It turns out that preventing suicide is a mission close to CuDi’s heart because he has actually battled against suicidal thoughts in his own life.

“I dealt with suicide for the past five years. There wasn’t a week or day that didn’t go by where I was just like, ‘You know? I wanna check out.’ And I know what that feels like.”

He adds that in many cases, those thoughts stem from feelings of loneliness and lack of self-worth.

“I know it comes from loneliness. I know it comes from not having self-worth, not loving yourself. These are things that kids don’t have music that can coach them and give them that guidance. I didn’t have that. I had to listen to Jay Z and take certain things from it and the other sh-t I just didn’t know what he was talking about.”
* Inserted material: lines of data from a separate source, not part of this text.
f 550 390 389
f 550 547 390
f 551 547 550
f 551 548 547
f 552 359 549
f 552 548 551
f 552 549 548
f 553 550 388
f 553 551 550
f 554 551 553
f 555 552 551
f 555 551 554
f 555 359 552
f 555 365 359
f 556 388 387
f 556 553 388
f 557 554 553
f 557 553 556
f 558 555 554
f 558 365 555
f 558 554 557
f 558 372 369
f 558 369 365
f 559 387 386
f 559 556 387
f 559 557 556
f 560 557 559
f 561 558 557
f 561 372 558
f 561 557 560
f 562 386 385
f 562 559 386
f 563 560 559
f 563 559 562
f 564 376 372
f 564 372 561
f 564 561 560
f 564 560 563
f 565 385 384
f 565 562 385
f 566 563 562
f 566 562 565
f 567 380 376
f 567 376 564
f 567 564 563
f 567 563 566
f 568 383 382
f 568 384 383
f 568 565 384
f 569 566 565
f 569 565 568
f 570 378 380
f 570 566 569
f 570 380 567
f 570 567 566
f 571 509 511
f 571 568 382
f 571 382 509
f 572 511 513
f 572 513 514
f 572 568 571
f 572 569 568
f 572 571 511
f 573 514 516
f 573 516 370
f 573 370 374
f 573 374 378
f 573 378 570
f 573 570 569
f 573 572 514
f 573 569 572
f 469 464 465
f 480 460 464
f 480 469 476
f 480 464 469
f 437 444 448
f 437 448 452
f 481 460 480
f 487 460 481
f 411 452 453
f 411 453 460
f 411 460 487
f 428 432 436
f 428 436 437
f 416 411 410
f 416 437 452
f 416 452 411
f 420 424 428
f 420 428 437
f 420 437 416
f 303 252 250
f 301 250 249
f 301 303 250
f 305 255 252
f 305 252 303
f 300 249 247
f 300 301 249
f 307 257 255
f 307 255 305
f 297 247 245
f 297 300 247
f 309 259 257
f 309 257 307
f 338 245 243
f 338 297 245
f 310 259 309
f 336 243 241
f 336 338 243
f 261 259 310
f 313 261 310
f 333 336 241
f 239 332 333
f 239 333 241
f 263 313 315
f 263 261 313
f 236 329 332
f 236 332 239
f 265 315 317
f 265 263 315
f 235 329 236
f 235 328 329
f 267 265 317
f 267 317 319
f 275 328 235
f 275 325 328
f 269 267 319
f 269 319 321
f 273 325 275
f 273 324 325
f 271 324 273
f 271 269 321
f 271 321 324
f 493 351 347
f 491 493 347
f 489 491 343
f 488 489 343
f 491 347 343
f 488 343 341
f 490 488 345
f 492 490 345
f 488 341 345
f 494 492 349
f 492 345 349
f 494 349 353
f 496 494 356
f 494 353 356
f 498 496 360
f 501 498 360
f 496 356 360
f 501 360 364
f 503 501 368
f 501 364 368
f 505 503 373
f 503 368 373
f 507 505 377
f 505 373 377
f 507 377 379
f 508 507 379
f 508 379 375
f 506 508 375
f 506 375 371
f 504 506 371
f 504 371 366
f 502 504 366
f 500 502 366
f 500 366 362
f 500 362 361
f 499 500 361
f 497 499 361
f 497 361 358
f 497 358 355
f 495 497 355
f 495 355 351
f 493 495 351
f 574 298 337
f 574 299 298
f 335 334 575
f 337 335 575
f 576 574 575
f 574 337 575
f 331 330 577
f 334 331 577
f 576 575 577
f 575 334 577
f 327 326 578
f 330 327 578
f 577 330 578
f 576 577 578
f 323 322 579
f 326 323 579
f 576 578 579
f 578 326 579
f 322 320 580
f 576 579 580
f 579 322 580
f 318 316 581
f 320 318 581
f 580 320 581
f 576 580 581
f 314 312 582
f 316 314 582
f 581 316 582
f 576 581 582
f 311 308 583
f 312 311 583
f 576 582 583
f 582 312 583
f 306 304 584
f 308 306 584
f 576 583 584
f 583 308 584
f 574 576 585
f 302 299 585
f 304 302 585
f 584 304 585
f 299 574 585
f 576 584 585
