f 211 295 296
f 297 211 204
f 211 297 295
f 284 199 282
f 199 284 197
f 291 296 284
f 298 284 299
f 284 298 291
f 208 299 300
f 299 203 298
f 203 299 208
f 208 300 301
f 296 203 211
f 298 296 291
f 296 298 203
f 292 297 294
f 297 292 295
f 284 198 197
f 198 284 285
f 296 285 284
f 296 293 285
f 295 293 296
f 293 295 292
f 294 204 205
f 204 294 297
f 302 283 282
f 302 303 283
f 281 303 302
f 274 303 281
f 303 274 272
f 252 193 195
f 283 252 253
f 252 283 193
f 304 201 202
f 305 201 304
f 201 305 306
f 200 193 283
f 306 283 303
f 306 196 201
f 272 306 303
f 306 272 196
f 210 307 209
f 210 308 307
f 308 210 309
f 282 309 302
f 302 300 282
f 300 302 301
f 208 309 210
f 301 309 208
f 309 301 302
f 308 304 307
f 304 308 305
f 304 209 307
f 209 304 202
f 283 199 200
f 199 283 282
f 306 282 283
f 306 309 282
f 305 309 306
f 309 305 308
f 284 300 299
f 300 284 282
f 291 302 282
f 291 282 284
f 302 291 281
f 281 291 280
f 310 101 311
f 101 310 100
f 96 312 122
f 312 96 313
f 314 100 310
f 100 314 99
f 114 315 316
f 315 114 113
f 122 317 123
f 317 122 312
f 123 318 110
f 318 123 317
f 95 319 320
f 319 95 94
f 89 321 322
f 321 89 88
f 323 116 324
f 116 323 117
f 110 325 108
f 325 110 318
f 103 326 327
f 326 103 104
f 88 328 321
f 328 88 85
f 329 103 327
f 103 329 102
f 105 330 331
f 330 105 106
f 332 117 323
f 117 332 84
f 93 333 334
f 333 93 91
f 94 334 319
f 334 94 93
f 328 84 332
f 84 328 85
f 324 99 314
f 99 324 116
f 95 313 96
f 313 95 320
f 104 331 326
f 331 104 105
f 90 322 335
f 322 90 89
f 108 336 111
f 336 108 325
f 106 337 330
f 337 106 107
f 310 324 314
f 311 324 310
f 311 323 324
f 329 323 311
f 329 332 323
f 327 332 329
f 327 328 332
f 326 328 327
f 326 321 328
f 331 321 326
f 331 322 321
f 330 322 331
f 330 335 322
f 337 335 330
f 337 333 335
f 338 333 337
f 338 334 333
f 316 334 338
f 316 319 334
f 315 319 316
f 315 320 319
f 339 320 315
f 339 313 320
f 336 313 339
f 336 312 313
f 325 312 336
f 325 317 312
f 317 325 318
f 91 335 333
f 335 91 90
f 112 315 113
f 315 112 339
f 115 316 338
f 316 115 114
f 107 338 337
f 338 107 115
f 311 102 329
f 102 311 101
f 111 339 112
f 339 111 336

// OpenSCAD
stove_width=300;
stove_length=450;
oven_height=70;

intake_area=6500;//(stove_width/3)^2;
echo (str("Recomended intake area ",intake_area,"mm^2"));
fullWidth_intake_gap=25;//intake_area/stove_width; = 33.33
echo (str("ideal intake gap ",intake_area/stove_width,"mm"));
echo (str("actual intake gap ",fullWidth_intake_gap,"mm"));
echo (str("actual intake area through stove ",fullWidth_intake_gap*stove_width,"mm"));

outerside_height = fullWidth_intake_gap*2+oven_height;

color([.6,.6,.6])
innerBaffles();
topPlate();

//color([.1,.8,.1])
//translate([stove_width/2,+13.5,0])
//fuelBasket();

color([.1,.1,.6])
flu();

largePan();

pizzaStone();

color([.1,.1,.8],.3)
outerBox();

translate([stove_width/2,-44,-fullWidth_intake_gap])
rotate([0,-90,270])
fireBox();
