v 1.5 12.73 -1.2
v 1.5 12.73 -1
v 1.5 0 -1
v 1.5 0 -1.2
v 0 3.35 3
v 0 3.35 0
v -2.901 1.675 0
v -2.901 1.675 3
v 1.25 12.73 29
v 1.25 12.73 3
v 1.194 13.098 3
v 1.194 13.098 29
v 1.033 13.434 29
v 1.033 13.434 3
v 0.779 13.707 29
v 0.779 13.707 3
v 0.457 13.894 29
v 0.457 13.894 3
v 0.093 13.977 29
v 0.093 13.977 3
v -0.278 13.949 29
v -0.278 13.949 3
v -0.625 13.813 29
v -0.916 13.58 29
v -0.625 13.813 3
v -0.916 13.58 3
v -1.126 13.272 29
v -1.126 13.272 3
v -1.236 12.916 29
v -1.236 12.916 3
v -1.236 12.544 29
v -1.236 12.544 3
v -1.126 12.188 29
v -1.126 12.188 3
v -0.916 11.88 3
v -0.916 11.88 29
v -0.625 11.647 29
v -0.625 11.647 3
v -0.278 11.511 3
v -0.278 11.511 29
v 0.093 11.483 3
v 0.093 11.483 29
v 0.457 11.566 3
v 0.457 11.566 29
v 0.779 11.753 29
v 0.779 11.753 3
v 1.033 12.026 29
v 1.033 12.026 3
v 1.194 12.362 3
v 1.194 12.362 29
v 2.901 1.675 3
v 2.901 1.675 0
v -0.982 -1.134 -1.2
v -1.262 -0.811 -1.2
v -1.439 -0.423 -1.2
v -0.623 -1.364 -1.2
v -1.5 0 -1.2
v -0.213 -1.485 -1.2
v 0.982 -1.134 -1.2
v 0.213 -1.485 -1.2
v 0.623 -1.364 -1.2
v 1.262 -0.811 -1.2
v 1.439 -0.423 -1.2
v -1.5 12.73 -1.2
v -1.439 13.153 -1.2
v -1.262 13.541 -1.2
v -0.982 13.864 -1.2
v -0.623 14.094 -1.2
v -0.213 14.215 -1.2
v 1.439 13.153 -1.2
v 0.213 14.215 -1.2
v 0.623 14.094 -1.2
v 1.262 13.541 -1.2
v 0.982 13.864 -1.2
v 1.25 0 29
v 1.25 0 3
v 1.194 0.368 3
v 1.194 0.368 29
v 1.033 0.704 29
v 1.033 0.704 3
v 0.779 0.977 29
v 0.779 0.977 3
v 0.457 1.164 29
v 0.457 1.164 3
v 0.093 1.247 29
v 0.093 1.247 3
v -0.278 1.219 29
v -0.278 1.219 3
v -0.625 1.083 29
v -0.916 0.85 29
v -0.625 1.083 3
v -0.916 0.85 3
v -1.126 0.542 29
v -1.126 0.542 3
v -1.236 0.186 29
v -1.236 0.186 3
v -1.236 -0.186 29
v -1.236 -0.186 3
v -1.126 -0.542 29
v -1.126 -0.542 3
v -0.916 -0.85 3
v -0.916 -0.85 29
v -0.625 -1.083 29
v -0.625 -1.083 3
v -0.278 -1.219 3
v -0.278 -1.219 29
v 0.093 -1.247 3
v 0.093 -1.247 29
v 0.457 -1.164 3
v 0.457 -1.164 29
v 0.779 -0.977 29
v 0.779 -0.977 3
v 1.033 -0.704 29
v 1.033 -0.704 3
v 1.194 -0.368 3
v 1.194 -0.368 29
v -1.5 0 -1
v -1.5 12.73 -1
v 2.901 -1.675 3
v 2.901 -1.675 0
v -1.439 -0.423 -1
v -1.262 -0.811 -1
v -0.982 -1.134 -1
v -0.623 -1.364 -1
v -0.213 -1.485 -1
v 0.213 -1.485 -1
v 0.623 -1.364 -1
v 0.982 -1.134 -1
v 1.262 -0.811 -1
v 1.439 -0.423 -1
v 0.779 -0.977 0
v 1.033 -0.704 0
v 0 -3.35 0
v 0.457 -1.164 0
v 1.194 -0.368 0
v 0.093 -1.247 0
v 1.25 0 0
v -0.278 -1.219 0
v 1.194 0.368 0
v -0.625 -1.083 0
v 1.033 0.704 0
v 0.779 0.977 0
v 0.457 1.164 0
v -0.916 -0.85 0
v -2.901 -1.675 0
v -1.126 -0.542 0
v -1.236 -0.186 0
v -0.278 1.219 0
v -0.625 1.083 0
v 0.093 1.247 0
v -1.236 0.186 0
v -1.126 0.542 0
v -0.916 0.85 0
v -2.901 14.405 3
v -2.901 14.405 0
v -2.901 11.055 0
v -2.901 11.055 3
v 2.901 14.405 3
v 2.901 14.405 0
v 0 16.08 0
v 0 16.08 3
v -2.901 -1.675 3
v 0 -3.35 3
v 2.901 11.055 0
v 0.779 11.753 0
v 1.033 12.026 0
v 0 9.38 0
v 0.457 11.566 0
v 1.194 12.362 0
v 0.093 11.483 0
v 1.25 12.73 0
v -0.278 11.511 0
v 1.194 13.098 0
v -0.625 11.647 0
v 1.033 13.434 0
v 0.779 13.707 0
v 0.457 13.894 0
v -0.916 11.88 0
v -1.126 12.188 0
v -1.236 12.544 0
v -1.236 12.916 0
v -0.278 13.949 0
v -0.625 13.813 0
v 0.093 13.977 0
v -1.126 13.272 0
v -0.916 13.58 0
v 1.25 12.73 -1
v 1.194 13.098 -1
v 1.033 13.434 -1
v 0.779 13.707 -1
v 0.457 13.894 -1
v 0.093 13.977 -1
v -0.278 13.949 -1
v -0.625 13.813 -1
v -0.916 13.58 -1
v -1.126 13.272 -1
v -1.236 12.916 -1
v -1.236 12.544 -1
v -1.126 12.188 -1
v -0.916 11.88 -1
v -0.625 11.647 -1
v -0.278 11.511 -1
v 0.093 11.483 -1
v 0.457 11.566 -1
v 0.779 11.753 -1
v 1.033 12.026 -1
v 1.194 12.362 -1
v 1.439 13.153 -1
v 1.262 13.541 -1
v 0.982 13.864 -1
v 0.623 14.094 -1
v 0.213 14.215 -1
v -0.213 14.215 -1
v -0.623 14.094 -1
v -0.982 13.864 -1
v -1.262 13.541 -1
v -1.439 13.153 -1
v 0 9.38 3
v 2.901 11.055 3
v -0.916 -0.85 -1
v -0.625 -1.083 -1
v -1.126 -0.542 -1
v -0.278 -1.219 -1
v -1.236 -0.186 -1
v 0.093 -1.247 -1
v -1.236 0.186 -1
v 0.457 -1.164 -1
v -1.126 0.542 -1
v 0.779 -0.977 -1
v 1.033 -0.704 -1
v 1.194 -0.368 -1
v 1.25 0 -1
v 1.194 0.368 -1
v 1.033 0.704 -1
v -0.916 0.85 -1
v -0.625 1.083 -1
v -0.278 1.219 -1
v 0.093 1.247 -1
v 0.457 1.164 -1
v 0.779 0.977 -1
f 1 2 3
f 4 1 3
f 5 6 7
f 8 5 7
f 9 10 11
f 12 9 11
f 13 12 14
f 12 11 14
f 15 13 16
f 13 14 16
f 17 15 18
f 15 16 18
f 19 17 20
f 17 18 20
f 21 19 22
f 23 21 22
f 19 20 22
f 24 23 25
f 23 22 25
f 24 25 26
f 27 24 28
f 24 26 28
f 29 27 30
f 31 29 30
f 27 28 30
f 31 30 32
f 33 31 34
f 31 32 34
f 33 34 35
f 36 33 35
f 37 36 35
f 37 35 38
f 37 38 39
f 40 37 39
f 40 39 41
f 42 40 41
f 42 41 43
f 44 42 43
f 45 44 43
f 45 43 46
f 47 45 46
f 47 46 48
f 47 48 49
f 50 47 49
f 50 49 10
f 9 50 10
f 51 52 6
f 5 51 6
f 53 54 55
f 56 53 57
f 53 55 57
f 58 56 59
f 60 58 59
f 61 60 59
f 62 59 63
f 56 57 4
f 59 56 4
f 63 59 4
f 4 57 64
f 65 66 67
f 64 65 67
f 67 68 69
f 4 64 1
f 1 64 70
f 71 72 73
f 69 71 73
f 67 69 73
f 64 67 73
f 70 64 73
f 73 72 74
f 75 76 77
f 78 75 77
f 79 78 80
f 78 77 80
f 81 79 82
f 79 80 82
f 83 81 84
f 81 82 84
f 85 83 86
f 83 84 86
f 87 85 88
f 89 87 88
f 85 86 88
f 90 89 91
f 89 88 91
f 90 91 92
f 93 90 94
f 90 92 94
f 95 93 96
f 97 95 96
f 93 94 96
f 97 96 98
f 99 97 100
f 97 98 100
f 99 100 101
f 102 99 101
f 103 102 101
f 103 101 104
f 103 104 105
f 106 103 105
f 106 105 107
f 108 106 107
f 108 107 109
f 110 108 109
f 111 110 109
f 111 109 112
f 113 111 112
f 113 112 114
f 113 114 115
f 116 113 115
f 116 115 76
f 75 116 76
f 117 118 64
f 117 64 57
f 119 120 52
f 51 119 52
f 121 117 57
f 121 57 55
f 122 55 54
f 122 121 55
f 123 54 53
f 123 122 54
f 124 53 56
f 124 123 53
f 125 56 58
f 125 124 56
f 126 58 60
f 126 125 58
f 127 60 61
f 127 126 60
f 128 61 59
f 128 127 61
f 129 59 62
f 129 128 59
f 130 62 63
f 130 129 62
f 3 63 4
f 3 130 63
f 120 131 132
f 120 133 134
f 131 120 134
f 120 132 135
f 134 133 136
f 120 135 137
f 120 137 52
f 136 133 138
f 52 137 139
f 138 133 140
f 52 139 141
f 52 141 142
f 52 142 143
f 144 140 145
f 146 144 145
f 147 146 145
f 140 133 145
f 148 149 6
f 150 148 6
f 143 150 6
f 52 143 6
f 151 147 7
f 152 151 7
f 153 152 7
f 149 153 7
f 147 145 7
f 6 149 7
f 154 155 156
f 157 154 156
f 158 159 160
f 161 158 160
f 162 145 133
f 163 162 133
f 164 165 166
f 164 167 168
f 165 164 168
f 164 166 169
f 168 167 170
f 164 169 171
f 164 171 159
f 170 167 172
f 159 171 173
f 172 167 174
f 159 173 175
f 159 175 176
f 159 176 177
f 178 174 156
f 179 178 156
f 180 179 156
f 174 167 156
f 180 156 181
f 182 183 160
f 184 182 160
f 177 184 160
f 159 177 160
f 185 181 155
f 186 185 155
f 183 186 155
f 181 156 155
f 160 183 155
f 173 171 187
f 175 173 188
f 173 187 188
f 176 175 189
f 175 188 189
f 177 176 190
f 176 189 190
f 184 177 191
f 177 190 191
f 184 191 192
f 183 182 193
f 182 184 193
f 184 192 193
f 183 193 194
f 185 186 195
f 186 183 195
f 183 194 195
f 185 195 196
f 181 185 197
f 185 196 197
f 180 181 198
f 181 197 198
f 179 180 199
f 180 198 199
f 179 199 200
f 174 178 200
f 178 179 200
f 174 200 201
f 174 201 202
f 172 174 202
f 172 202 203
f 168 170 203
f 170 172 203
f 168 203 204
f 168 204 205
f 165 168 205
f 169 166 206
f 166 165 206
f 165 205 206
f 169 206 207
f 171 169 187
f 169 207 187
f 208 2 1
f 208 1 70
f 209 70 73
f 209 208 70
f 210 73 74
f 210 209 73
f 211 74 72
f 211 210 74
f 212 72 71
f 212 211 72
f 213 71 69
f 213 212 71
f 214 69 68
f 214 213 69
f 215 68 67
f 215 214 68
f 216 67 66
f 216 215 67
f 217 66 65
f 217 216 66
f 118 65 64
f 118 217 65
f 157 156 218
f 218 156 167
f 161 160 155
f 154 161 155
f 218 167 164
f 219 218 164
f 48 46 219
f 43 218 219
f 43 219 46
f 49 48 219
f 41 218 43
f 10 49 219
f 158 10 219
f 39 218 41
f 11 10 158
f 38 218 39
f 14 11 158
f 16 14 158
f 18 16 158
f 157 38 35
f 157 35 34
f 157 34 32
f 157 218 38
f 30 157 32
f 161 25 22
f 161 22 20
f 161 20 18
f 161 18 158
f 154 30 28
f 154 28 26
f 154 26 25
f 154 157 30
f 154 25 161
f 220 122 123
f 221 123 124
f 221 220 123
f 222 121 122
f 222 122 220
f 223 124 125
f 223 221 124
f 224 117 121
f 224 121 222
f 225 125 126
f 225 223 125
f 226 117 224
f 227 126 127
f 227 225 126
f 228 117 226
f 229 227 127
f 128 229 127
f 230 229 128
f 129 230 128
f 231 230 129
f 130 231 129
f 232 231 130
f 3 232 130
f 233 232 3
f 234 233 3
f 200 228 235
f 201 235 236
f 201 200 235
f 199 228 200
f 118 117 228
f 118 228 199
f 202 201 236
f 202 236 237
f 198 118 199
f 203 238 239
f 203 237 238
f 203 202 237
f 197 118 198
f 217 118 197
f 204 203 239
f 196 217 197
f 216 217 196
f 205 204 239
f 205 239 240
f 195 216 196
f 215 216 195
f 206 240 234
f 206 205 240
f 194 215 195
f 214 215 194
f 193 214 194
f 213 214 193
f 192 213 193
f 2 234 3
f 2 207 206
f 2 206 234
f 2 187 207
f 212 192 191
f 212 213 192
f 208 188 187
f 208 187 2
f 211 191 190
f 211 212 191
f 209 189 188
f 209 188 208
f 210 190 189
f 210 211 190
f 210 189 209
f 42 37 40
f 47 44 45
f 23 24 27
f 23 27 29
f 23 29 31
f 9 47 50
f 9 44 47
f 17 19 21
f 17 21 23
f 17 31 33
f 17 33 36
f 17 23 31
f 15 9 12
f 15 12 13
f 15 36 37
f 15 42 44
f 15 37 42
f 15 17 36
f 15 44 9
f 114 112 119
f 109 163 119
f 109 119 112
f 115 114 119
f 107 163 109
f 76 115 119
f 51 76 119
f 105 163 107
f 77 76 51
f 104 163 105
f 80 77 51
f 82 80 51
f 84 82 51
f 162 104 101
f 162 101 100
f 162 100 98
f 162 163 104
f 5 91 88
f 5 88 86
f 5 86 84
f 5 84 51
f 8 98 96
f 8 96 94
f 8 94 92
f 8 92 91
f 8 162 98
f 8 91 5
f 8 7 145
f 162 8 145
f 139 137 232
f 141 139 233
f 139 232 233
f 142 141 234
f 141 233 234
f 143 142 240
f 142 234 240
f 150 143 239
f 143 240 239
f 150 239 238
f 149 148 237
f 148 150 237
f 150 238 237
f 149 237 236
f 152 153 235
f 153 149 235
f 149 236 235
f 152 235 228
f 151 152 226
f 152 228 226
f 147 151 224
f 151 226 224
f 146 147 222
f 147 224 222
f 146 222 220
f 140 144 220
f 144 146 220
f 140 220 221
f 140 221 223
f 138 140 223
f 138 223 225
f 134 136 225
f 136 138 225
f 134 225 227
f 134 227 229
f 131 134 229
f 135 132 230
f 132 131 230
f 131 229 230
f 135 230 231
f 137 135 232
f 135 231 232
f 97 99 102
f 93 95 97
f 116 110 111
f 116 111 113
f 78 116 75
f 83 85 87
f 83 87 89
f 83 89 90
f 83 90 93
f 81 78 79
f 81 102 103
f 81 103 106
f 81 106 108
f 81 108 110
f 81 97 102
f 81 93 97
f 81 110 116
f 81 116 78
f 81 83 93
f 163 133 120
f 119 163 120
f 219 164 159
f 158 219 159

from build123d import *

# Parameters (mm, degrees)
PAD004_DEPTH   = 0.2
SKETCH003_R    = 1.25
PAD005_DEPTH   = 30
PRISM_DEPTH    = 3
PRISM001_DEPTH = 3


with BuildPart() as part:
    # Sketch008 → Pad004 (new body)
    with BuildSketch(Plane.XY.offset(-1)):
        with BuildLine():
            ThreePointArc((-1.5, 0), (0, -1.5), (1.5, 0))
            Line((1.5, 12.73), (1.5, 0))
            ThreePointArc((1.5, 12.73), (0, 14.23), (-1.5, 12.73))
            Line((-1.5, 12.73), (-1.5, 0))
        make_face()
    extrude(amount=-PAD004_DEPTH)

    # Sketch003 → Pad005 (join)
    with BuildSketch(Plane.XY.offset(-1)):
        Circle(SKETCH003_R)
        with Locations((0, 12.73)):
            Circle(SKETCH003_R)
    extrude(amount=PAD005_DEPTH)

    # Prism → Prism (join)
    with BuildSketch(Plane(origin=(0, 0, 0), x_dir=(0, 1, 0), z_dir=(0, 0, 1))):
        Polygon((3.35, 0), (1.675, 2.901185), (-1.675, 2.901185), (-3.35, 0), (-1.675, -2.901185), (1.675, -2.901185), align=None)
    extrude(amount=PRISM_DEPTH)

    # Prism001 → Prism001 (join)
    with BuildSketch(Plane(origin=(0, 12.73, 0), x_dir=(0, 1, 0), z_dir=(0, 0, 1))):
        Polygon((3.35, 0), (1.675, 2.901185), (-1.675, 2.901185), (-3.35, 0), (-1.675, -2.901185), (1.675, -2.901185), align=None)
    extrude(amount=PRISM001_DEPTH)


solid = part.part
Thankfully, he has decided to use his negative experiences as inspiration to stand in the gap for other young people who may be going through similar experiences.

“But what about the kids…you never had an artist where you connected with them all across the board, you know? And I think that’s my job. I’m just really just trying to guide people and help people because loneliness is a terrible, terrible thing, man and if you don’t know how to conquer it, it can eat you alive.”

As for how he’s doing currently with these detrimental thoughts, CuDi says he has a better grasp on things now.

“I’m good. I’m alright,” he revealed.

His decision to come forward and discuss such a personal issue is certainly admirable. Hopefully his story can help someone else.

Watch his interview on the next page.

Should Ebony Wilkerson Be Convicted Of Attempted Murder?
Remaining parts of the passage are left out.